R1: "Could the ground-truth transformation (from data augmentation) help regularize the localisation net?"
Incorporating additional constraints and/or losses on the localisation net (such as the one suggested) would certainly be an interesting direction to explore.

R1: "When does it fail or what are its limitations"
We haven't found any scenarios where it hurts performance, though training stability can be an issue. Preliminary experiments on ImageNet have shown that it is scalable but doesn't affect the accuracy, as the identity transform (or some small perturbation on the identity) is learned (possibly due to ImageNet requiring the use of background context). The bilinear kernel could indeed be a bottleneck, so other kernels should be explored.

R3: "latent representation that is learned is so similar to the un-distorted data"
This is often found to be the case. We comment on this on line 343. This is probably due to the fact that the un-distorted pose is the mean pose of the distorted MNIST datasets. The mean pose is the pose requiring the least extreme transformation across all data samples, so it is the easiest to learn. However, we have observed that due to random ordering of presented training data, sometimes a random bias towards a non-mean pose of training data can cause a bias in the localisation network to transform to a pose that is not the same as the un-distorted data.

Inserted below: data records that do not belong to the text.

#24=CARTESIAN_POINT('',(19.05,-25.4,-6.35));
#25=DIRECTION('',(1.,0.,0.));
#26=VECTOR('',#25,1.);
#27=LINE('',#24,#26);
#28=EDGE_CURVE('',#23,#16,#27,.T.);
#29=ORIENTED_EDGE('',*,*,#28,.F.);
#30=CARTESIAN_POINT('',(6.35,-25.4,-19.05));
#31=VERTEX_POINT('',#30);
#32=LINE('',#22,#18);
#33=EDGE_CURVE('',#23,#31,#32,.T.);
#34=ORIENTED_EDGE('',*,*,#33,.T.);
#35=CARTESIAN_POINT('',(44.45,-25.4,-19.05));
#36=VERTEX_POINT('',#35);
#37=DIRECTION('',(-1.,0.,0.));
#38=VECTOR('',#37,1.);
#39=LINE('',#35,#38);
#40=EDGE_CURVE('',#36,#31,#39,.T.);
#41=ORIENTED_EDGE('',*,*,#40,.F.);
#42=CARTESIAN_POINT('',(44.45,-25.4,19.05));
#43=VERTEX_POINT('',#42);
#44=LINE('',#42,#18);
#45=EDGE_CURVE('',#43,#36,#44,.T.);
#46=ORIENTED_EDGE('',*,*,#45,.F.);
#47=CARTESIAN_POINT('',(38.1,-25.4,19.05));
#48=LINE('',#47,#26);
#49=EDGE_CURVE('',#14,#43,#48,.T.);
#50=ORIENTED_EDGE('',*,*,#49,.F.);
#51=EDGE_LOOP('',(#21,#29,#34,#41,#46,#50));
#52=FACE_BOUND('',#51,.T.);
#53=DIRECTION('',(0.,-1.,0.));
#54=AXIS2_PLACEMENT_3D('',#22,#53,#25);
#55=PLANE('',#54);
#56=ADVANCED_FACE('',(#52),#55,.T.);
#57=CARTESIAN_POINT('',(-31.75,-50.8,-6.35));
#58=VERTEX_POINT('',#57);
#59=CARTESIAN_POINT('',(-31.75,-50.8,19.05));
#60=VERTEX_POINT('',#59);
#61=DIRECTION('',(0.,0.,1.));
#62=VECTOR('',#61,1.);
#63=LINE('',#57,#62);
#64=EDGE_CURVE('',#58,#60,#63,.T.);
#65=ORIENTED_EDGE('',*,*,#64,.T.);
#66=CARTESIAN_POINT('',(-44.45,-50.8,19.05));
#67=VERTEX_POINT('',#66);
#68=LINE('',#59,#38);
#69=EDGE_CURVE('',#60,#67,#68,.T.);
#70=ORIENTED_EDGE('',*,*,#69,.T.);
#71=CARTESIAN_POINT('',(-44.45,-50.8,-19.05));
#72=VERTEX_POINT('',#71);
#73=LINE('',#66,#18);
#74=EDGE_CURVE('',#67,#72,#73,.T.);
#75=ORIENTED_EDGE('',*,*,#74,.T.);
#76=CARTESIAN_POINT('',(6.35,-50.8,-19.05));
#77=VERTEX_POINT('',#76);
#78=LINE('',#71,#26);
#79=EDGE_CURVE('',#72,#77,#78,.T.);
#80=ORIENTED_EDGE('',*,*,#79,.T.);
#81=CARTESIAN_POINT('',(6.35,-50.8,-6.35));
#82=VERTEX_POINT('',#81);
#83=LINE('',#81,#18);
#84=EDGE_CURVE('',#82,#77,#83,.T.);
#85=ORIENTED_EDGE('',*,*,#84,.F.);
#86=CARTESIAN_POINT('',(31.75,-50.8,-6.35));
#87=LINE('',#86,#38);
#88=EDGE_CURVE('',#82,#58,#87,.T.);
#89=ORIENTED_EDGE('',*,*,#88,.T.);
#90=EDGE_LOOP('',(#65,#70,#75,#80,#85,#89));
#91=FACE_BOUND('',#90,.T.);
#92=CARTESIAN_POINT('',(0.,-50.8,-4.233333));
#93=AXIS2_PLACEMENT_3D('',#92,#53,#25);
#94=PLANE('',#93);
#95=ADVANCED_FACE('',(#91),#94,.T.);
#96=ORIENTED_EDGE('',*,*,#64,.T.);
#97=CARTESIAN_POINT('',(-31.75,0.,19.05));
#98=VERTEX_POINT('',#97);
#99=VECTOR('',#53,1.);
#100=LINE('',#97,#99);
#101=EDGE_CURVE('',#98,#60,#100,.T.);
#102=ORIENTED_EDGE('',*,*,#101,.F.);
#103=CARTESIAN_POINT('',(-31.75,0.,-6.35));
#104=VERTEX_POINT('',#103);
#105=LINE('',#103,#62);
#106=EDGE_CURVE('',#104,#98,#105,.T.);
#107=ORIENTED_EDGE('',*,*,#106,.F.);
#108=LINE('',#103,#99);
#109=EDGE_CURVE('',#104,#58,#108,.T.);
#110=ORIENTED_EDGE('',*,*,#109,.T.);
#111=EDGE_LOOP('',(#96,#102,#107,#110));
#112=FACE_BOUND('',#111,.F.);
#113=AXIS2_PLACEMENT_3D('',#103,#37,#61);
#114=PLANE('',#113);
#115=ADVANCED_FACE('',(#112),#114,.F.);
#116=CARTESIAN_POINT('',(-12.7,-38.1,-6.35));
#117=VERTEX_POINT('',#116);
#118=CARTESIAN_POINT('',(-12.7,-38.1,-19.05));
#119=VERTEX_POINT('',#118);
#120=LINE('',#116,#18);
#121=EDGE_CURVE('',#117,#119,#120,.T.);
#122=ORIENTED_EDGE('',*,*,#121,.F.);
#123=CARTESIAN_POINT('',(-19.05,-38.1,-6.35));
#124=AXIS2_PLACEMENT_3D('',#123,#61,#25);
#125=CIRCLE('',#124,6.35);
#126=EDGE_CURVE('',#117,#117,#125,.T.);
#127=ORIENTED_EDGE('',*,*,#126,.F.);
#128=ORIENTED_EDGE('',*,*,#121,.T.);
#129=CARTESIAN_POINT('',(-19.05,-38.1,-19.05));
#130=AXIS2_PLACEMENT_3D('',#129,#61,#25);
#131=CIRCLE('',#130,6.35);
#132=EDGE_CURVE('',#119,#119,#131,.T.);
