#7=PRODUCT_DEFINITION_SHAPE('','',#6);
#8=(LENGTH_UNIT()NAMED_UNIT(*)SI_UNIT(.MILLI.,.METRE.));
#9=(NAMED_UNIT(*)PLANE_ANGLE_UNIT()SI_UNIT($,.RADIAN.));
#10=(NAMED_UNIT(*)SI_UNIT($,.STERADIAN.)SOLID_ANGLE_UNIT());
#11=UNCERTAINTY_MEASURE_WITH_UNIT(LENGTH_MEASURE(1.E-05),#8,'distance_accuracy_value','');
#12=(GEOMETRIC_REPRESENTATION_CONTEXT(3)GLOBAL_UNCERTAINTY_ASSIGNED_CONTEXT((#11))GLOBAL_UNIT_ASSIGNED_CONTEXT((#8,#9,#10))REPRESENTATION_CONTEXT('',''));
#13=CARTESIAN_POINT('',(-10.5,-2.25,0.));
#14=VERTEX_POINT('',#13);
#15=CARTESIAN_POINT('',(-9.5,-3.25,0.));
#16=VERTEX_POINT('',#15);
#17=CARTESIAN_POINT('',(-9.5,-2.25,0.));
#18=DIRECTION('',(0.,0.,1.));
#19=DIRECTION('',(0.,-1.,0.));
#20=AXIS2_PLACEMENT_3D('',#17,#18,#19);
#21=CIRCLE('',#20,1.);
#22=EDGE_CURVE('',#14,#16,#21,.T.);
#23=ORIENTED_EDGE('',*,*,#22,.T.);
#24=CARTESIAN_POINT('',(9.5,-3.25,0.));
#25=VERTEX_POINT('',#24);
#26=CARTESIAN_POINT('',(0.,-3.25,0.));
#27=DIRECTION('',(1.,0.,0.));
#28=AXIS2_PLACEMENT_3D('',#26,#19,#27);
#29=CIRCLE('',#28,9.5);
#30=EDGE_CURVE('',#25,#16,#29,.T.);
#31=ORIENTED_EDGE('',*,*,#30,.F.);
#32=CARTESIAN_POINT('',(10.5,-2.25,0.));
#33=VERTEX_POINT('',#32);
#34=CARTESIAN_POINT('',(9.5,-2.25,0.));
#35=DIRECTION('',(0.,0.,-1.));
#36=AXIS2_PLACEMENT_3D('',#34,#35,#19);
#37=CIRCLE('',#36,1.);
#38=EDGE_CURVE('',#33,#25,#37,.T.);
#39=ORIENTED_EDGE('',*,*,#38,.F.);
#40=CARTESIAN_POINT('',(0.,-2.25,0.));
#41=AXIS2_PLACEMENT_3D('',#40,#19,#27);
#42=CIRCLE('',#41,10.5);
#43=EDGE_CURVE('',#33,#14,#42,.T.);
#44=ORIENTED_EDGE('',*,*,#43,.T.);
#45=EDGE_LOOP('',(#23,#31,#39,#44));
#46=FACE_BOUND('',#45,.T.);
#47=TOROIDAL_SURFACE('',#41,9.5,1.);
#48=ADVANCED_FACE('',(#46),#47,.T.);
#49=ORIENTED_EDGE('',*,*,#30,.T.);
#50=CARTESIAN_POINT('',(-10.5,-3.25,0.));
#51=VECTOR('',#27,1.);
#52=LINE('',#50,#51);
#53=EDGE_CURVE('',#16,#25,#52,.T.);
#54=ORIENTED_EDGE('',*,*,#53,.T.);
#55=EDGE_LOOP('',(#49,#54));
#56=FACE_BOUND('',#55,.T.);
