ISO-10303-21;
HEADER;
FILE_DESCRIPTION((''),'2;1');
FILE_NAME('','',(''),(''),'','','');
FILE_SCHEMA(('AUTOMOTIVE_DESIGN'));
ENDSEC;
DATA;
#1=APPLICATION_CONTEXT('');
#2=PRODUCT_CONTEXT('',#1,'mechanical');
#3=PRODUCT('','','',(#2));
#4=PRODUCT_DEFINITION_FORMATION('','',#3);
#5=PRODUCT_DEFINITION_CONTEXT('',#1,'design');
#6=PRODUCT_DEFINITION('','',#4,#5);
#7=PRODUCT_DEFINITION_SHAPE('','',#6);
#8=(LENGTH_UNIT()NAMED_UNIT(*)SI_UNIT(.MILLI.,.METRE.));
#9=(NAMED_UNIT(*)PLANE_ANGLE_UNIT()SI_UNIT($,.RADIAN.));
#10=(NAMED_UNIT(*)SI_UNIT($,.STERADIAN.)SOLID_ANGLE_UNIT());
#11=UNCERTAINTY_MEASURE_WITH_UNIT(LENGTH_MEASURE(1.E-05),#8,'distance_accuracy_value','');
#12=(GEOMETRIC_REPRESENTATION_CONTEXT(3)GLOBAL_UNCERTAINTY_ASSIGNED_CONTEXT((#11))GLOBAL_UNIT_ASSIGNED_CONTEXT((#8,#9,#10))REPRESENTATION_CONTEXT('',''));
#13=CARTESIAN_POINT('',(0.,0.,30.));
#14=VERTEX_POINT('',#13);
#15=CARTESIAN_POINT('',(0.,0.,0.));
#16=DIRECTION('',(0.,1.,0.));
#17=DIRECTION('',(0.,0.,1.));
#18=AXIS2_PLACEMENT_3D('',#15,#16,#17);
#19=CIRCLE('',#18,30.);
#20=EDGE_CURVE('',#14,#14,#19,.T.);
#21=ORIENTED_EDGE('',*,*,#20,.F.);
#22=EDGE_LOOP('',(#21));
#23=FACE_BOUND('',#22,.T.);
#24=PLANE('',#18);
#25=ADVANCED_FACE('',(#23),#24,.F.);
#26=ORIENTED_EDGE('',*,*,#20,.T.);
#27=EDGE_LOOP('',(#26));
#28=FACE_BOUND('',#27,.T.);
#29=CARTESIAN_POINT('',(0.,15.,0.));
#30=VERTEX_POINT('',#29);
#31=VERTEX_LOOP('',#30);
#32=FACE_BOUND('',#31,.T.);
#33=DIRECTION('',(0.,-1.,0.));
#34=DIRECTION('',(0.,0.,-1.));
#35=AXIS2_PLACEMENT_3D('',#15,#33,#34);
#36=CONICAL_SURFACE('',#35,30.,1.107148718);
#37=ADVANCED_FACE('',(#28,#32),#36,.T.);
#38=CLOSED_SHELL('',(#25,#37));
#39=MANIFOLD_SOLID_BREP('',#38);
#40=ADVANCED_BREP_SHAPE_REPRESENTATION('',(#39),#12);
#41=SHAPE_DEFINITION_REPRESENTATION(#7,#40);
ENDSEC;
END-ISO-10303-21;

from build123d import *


with BuildPart() as part:
    # Sketch1 → Revolve1 (revolve)
    with BuildSketch(Plane.XY, mode=Mode.PRIVATE) as revolve1_sk:
        Polygon((0, 0), (30, 0), (0, 15), align=None)
    revolve(revolve1_sk.sketch.rotate(Axis((0, 15, 0), (0, -1, 0)), 270), axis=Axis((0, 15, 0), (0, -1, 0)))


solid = part.part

R3: "What happens when you apply the STN in the later layers of the network?"
We make use of transformers at later layers in the network in our SVHN experiments (the ST-CNN Multi model, see Table 2 right (a)). It allows us to use much smaller localisation networks as the features, extracted deep in the network, can encode the object pose. Though not presented, we performed similar experiments on MNIST (with the transformer after the first convolutional layer) and this gave very similar results.

R5: "Table 1: could show error rates on MNIST without distortions too"
Thanks, we will look at adding this to the final version.

R5: "fully connected transformer layers... will blow up number of parameters"
Since there are only 32 units in the FC layers of the localisation nets for the ST-CNN Multi model, it is not a huge increase in the number of parameters. The base CNN has 28M params, the ST-CNN Single has 29M params, and the ST-CNN Multi has 31M params. The extra params for ST-CNN Multi are 300k from ST1, 1.1M from ST2, 1.5M from ST3, and 700k from ST4. We will be more explicit on the number of parameters.